Woody Harrelson provided the above answer during an interview with USA Today when asked if he finds himself more drawn to "spectacle films." He has a point in terms of how such cinematic tales perform. Obviously there's no guaranteeing ahead of time that movies like War for the Planet of the Apes or the Han Solo movie will be critical darlings, but they also come from established franchises. Even if Harrelson wasn't involved with either of those movies, they would still make a lot of money because audiences are familiar with the intellectual properties, and since both of the examples Harrelson provided are also sequels, their predecessors also collected quite a bit of money in theaters.
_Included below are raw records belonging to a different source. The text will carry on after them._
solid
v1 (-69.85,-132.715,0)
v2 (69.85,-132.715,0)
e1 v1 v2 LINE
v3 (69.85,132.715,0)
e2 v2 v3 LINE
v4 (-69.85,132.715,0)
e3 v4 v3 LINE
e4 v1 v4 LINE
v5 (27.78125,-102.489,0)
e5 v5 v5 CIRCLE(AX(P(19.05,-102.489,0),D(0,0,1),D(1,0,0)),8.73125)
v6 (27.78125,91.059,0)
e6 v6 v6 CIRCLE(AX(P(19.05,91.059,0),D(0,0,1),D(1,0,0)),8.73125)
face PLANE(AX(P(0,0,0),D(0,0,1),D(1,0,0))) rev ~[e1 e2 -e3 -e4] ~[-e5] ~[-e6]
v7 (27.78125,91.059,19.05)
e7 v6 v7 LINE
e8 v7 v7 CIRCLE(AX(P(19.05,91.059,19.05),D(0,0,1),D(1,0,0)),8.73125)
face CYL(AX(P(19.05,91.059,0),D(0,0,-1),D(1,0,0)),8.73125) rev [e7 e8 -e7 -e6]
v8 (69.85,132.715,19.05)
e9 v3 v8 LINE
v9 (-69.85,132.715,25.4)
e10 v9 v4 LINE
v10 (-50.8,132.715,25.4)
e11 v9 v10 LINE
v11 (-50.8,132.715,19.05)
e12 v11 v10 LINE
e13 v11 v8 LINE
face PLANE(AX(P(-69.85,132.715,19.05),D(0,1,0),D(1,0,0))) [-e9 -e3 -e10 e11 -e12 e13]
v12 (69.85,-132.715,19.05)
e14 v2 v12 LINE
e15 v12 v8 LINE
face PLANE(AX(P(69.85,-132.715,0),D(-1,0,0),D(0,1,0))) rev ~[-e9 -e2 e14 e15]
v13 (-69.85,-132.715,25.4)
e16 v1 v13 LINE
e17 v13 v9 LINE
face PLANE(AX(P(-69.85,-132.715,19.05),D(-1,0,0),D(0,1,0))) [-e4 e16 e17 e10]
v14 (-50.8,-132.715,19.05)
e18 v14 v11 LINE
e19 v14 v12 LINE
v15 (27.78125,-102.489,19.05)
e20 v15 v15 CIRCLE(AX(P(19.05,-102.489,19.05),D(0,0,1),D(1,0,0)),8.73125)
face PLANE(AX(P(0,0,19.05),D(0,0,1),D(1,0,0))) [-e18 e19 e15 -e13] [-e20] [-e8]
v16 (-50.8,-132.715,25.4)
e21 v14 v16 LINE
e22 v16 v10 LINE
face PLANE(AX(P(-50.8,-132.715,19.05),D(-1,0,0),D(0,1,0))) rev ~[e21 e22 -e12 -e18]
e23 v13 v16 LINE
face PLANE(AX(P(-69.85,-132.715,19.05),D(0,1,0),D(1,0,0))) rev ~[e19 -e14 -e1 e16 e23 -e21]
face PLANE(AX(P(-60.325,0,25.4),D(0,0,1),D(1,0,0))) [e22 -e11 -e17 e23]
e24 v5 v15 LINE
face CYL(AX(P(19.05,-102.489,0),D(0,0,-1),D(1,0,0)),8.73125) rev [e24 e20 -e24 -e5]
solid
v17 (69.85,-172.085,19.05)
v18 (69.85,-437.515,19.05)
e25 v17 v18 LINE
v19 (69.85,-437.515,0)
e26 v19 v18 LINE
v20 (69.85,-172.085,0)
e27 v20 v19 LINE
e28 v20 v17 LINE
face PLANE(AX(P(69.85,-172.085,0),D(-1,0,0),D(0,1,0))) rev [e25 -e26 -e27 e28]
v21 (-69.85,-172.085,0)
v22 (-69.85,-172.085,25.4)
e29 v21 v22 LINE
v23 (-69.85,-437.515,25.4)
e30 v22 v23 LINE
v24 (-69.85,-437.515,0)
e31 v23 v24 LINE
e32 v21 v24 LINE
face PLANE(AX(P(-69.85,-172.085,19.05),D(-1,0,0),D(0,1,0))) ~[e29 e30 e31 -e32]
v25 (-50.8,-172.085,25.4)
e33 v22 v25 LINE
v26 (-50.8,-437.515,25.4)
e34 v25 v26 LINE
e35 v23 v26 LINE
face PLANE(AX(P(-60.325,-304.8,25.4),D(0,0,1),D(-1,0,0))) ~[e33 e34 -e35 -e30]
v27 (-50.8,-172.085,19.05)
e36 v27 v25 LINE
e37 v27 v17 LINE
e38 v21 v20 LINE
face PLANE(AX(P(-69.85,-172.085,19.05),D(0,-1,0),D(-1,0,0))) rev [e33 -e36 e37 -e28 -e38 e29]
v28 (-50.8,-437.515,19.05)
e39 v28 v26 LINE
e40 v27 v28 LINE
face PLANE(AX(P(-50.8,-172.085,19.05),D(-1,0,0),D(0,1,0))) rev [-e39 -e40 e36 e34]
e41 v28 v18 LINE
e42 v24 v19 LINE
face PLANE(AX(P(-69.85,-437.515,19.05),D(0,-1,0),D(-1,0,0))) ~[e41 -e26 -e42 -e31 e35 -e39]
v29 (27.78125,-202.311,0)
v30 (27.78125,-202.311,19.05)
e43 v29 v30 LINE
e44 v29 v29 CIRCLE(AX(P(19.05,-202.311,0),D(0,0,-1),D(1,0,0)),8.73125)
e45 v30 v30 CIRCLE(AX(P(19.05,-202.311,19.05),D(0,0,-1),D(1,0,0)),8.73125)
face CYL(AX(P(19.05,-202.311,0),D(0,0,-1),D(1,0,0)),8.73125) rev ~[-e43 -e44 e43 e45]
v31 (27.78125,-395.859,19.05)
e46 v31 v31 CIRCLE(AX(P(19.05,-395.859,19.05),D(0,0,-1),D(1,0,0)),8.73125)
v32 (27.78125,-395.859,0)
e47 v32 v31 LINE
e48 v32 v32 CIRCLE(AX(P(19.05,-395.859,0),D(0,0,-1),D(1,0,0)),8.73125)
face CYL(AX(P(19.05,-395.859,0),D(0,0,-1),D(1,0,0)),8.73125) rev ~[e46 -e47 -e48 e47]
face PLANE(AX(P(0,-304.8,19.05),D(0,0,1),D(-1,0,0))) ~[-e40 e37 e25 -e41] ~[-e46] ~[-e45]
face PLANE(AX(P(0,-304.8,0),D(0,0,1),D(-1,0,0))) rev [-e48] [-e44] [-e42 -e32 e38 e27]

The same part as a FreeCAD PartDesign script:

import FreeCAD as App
import Part
import Sketcher
from FreeCAD import Vector
Q = App.Units.Quantity

doc = App.newDocument("Part")
params = doc.addObject("Spreadsheet::Sheet", "Params")
for row, (alias, value) in enumerate([
    ("sketch1_diameter", "0.6875 in"),
    ("sketch1_width", "5.5 in"),
    ("sketch1_height", "10.45 in"),
    ("pad1_length", "0.75 in"),
    ("sketch2_width", "0.75 in"),
    ("sketch2_height", "10.45 in"),
    ("pad2_length", "0.25 in"),
], start=1):
    params.set(f"A{row}", alias)
    params.set(f"B{row}", "=" + value)
    params.setAlias(f"B{row}", alias)

body = doc.addObject("PartDesign::Body", "Body")

sketch1 = body.newObject("Sketcher::SketchObject", "Sketch")
sketch1.AttachmentSupport = (doc.getObject("XY_Plane"), [""])
sketch1.MapMode = "FlatFace"
sketch1.addGeometry(Part.LineSegment(Vector(-70, 133, 0), Vector(-70, -133, 0)), False)
sketch1.addGeometry(Part.LineSegment(Vector(-70, -133, 0), Vector(70, -133, 0)), False)
sketch1.addGeometry(Part.LineSegment(Vector(70, -133, 0), Vector(70, 133, 0)), False)
sketch1.addGeometry(Part.LineSegment(Vector(70, 133, 0), Vector(-70, 133, 0)), False)
sketch1.addGeometry(Part.Circle(Vector(19, -102, 0), Vector(0, 0, 1), 9), False)
sketch1.addGeometry(Part.Circle(Vector(19, 91, 0), Vector(0, 0, 1), 9), False)
sketch1.addConstraint(Sketcher.Constraint("Coincident", 0, 2, 1, 1))
sketch1.addConstraint(Sketcher.Constraint("Coincident", 1, 2, 2, 1))
sketch1.addConstraint(Sketcher.Constraint("Coincident", 2, 2, 3, 1))
sketch1.addConstraint(Sketcher.Constraint("Coincident", 3, 2, 0, 1))
sketch1.addConstraint(Sketcher.Constraint("Vertical", 0))
sketch1.addConstraint(Sketcher.Constraint("Horizontal", 1))
sketch1.addConstraint(Sketcher.Constraint("Vertical", 2))
sketch1.addConstraint(Sketcher.Constraint("Horizontal", 3))
sketch1.addConstraint(Sketcher.Constraint("Equal", 4, 5))
sketch1.addConstraint(Sketcher.Constraint("Symmetric", 0, 2, 2, 2, -1, 1))
sketch1.addConstraint(Sketcher.Constraint("Vertical", 4, 3, 5, 3))
sketch1.addConstraint(Sketcher.Constraint("Diameter", 4, Q("0.6875 in")))
sketch1.addConstraint(Sketcher.Constraint("DistanceX", 1, 1, 1, 2, Q("5.5 in")))
sketch1.addConstraint(Sketcher.Constraint("DistanceX", 4, 3, 1, 2, Q("2 in")))
sketch1.addConstraint(Sketcher.Constraint("DistanceY", 0, 2, 0, 1, Q("10.45 in")))
sketch1.addConstraint(Sketcher.Constraint("DistanceY", 4, 3, 5, 3, Q("7.62 in")))
sketch1.addConstraint(Sketcher.Constraint("DistanceY", 0, 2, 4, 3, Q("1.19 in")))
sketch1.setExpression("Constraints[11]", "Params.sketch1_diameter")
sketch1.setExpression("Constraints[12]", "Params.sketch1_width")
sketch1.setExpression("Constraints[14]", "Params.sketch1_height")
pad1 = body.newObject("PartDesign::Pad", "Pad")
pad1.Profile = sketch1
pad1.setExpression("Length", "Params.pad1_length")

sketch2 = body.newObject("Sketcher::SketchObject", "Sketch001")
sketch2.AttachmentSupport = (doc.getObject("XY_Plane"), [""])
sketch2.MapMode = "FlatFace"
sketch2.AttachmentOffset = App.Placement(Vector(0, 0, 0.75 * 25.4), App.Rotation())
sketch2.addGeometry(Part.LineSegment(Vector(-70, 133, 0), Vector(-70, -133, 0)), False)
sketch2.addGeometry(Part.LineSegment(Vector(-70, -133, 0), Vector(-51, -133, 0)), False)
sketch2.addGeometry(Part.LineSegment(Vector(-51, -133, 0), Vector(-51, 133, 0)), False)
sketch2.addGeometry(Part.LineSegment(Vector(-51, 133, 0), Vector(-70, 133, 0)), False)
sketch2.addConstraint(Sketcher.Constraint("Coincident", 0, 2, 1, 1))
sketch2.addConstraint(Sketcher.Constraint("Coincident", 1, 2, 2, 1))
sketch2.addConstraint(Sketcher.Constraint("Coincident", 2, 2, 3, 1))
sketch2.addConstraint(Sketcher.Constraint("Coincident", 3, 2, 0, 1))
sketch2.addConstraint(Sketcher.Constraint("Vertical", 0))
sketch2.addConstraint(Sketcher.Constraint("Horizontal", 1))
sketch2.addConstraint(Sketcher.Constraint("Vertical", 2))
sketch2.addConstraint(Sketcher.Constraint("Horizontal", 3))
sketch2.addConstraint(Sketcher.Constraint("DistanceX", 1, 2, -1, 1, Q("2 in")))
sketch2.addConstraint(Sketcher.Constraint("DistanceX", 1, 1, 1, 2, Q("0.75 in")))
sketch2.addConstraint(Sketcher.Constraint("DistanceY", 0, 2, 0, 1, Q("10.45 in")))
sketch2.addConstraint(Sketcher.Constraint("DistanceY", 0, 2, -1, 1, Q("5.225 in")))
sketch2.setExpression("Constraints[9]", "Params.sketch2_width")
sketch2.setExpression("Constraints[10]", "Params.sketch2_height")
pad2 = body.newObject("PartDesign::Pad", "Pad001")
pad2.Profile = sketch2
pad2.setExpression("Length", "Params.pad2_length")
body2 = doc.addObject("PartDesign::Body", "Body001")
doc.recompute()

mirroring = doc.addObject("Part::Mirroring", "Mirroring")
mirroring.Source = body
mirroring.Base = Vector(0, -152.4, 0)
mirroring.Normal = Vector(0, -1, 0)
body2.BaseFeature = mirroring
doc.recompute()
mirroring.Visibility = False

doc.recompute()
For instance, Dawn of the Planet of the Apes earned more than $710 million worldwide, while Rogue One, the latest Star Wars movie, took in over $1 billion. The chances are strong that what follows later in those respective series will also be big money earners, even if they don't necessarily receive great reviews.
A movie like Wilson, on the other hand, is harder to guarantee success. Sure you can attach actors like Woody Harrelson and Laura Dern to the cast, but there's still a lot of unknown variables in the mix, and the cast and crew have to work extra hard to make sure the movie is well-received, thus getting more people to see it in theaters and ensuring it takes in more money. So from Harrelson's perspective, he has extra incentive to perform the hell out of these kinds of roles (if I might get "technical"), and taste-wise, the smaller movies are more in line with his "heart." Overall, though, Harrelson clearly just feels fortunate that he's not only still acting, but being given such a wide selection of roles. Way to go, man!
You can see Woody Harrelson in Wilson starting this Friday, March 24, and he'll return to the big screen later this year in War for the Planet of the Apes when that is released in theaters on July 14.